Exercise prompt
Reproduce exactly the lines below from the one containing "v -5.235 48.7 0.392" through the one containing "v 4.25 65.142 -1.433", including both, and nothing else.

Provided records
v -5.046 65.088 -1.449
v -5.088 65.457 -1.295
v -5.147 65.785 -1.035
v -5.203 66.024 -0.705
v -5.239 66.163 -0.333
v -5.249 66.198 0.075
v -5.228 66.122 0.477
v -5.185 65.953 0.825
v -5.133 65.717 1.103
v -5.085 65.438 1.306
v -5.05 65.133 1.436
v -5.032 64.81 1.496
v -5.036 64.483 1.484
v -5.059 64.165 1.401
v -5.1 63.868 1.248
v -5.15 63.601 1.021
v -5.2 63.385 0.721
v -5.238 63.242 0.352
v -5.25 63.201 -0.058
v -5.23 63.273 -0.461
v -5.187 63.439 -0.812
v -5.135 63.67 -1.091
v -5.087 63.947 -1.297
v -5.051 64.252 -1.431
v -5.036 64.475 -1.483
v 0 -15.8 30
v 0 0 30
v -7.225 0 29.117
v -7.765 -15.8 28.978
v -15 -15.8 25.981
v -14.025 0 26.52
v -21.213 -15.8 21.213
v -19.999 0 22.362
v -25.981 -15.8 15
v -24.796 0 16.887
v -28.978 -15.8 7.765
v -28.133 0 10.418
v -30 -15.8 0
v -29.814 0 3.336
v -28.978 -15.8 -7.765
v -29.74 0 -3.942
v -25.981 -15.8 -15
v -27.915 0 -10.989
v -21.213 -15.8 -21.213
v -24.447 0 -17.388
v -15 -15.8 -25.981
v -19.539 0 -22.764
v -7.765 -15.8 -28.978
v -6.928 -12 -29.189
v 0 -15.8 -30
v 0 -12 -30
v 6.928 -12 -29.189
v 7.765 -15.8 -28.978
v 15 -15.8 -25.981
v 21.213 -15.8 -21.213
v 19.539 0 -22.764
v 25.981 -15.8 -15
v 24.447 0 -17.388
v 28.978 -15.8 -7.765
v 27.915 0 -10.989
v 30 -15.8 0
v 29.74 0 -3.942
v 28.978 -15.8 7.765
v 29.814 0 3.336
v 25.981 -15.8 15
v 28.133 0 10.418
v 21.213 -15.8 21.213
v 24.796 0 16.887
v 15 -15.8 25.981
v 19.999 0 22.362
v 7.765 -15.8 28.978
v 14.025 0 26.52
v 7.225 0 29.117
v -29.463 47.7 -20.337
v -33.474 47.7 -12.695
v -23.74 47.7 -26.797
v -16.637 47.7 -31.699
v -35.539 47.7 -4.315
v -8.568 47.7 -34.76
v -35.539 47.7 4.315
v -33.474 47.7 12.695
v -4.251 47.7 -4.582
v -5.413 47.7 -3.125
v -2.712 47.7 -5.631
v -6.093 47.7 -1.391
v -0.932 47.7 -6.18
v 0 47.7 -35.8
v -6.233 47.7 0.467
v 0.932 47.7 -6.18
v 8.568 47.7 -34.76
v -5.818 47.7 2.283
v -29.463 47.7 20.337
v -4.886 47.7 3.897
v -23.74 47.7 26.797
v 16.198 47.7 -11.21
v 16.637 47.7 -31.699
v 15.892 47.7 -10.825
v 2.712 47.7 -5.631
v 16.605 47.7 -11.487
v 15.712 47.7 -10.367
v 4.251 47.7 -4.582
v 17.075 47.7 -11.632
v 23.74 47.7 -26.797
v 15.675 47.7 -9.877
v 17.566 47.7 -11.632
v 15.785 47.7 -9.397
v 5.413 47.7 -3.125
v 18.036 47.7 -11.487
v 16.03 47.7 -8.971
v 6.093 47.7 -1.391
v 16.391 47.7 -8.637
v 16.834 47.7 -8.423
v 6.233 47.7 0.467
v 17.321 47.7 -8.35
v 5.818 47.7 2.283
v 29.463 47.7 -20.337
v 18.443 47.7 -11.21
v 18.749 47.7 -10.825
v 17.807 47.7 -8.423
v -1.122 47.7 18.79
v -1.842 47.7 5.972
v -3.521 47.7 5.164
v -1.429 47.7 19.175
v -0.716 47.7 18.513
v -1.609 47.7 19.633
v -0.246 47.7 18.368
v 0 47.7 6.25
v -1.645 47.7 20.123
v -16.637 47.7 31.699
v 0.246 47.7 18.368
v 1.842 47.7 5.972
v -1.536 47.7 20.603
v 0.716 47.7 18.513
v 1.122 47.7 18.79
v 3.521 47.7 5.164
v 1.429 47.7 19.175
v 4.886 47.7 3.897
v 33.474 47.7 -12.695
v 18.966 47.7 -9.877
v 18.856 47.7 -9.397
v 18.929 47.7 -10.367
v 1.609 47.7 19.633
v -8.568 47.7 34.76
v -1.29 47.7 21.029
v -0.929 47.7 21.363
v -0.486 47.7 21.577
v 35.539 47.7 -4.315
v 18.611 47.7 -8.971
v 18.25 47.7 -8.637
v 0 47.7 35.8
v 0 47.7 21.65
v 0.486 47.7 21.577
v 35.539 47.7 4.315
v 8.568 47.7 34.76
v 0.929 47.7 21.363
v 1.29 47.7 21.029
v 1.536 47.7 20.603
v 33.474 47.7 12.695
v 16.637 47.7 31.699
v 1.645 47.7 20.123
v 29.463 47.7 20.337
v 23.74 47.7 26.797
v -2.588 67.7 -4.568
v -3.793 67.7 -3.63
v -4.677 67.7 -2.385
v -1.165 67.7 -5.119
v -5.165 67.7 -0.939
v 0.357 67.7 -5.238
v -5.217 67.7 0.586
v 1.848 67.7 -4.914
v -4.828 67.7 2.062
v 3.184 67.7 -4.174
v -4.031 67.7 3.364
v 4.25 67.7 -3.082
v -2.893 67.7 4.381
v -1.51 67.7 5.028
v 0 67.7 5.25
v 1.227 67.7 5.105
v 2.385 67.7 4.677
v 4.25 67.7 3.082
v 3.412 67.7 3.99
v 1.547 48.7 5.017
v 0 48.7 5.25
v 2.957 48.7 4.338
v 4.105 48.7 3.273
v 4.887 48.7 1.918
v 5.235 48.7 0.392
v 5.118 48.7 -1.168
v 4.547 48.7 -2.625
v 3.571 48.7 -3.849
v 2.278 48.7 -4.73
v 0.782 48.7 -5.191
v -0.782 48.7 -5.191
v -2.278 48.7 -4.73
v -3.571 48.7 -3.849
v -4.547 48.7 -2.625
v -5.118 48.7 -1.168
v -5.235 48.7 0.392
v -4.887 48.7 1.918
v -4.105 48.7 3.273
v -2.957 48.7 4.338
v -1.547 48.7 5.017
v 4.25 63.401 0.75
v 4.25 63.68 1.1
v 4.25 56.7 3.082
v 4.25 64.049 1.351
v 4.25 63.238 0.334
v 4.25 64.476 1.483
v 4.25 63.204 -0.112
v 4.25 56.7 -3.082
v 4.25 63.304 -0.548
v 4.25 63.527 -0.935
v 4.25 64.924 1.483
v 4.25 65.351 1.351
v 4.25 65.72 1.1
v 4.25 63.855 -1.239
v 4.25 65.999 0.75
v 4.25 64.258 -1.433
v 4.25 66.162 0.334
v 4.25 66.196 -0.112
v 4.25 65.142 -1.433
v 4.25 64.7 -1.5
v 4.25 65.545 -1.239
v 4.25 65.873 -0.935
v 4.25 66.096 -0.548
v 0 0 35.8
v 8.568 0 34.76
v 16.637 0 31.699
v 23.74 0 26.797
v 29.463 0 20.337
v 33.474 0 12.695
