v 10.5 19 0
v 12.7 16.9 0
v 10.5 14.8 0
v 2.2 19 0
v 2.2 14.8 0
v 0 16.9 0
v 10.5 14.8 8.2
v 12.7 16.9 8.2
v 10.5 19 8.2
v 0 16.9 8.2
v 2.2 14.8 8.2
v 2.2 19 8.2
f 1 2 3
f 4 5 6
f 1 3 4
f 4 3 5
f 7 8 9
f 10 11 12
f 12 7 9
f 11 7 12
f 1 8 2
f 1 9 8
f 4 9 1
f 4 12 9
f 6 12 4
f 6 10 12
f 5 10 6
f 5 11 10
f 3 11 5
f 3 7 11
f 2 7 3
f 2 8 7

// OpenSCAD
$fn = 64;

// Overall bounding box must match: [12.7, 19, 8.2]  (X, Y, Z)
segment_size = [12.7, 19, 8.2];

W = segment_size[0];
H = segment_size[1];
T = segment_size[2];

// A-segment: top horizontal bar with beveled ends.
// Ensure visible geometry and keep it within the bounding box.
bar_h   = 4.2;                          // thickness in Y of the segment bar
chamfer = min(2.2, W/2 - 0.01);         // bevel length in X (safe)
y0      = H - bar_h;                    // place at top so overall Y fits exactly

module a_segment_2d() {
    // Chamfered rectangle spanning full width W and height bar_h
    polygon(points=[
        [0,            bar_h/2],
        [chamfer,      bar_h],
        [W - chamfer,  bar_h],
        [W,            bar_h/2],
        [W - chamfer,  0],
        [chamfer,      0]
    ]);
}

translate([0, y0, 0])
    linear_extrude(height=T, center=false, convexity=10)
        a_segment_2d();
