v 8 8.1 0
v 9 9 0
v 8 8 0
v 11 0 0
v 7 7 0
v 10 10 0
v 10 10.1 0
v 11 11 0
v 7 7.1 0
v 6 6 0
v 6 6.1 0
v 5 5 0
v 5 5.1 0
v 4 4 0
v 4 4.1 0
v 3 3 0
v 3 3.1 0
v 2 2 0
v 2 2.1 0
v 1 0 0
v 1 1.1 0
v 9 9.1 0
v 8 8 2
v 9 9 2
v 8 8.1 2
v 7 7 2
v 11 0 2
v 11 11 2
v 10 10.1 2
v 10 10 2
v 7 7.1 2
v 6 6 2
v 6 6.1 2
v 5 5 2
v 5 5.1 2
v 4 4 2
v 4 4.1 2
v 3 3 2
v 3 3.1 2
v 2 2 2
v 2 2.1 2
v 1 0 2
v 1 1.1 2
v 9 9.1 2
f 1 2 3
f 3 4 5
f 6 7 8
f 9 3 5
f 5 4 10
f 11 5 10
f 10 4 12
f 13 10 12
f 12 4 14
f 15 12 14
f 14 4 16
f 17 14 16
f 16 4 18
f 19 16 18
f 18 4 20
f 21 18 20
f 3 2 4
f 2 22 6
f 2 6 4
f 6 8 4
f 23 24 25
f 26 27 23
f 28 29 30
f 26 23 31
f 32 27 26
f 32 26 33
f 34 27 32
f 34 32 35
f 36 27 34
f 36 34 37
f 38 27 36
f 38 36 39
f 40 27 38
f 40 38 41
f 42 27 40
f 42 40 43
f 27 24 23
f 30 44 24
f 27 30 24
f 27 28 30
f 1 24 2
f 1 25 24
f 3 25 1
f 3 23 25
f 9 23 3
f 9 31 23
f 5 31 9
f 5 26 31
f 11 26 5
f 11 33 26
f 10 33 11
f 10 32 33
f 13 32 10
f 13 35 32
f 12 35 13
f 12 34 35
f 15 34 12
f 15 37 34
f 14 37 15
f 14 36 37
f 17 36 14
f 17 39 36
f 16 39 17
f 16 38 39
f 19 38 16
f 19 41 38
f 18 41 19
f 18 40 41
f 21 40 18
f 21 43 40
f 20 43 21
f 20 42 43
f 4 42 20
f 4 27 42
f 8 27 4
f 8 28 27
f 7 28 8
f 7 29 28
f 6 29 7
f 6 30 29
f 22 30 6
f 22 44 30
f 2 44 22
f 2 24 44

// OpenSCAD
linear_extrude(2) for(x=[1:10]) {
    polygon([[x,0],[x+1,0],[x+1,x+1],[x,x+0.1]]);
}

Result
v -5.235 48.7 0.392
v -4.887 48.7 1.918
v -4.105 48.7 3.273
v -2.957 48.7 4.338
v -1.547 48.7 5.017
v 4.25 63.401 0.75
v 4.25 63.68 1.1
v 4.25 56.7 3.082
v 4.25 64.049 1.351
v 4.25 63.238 0.334
v 4.25 64.476 1.483
v 4.25 63.204 -0.112
v 4.25 56.7 -3.082
v 4.25 63.304 -0.548
v 4.25 63.527 -0.935
v 4.25 64.924 1.483
v 4.25 65.351 1.351
v 4.25 65.72 1.1
v 4.25 63.855 -1.239
v 4.25 65.999 0.75
v 4.25 64.258 -1.433
v 4.25 66.162 0.334
v 4.25 66.196 -0.112
v 4.25 65.142 -1.433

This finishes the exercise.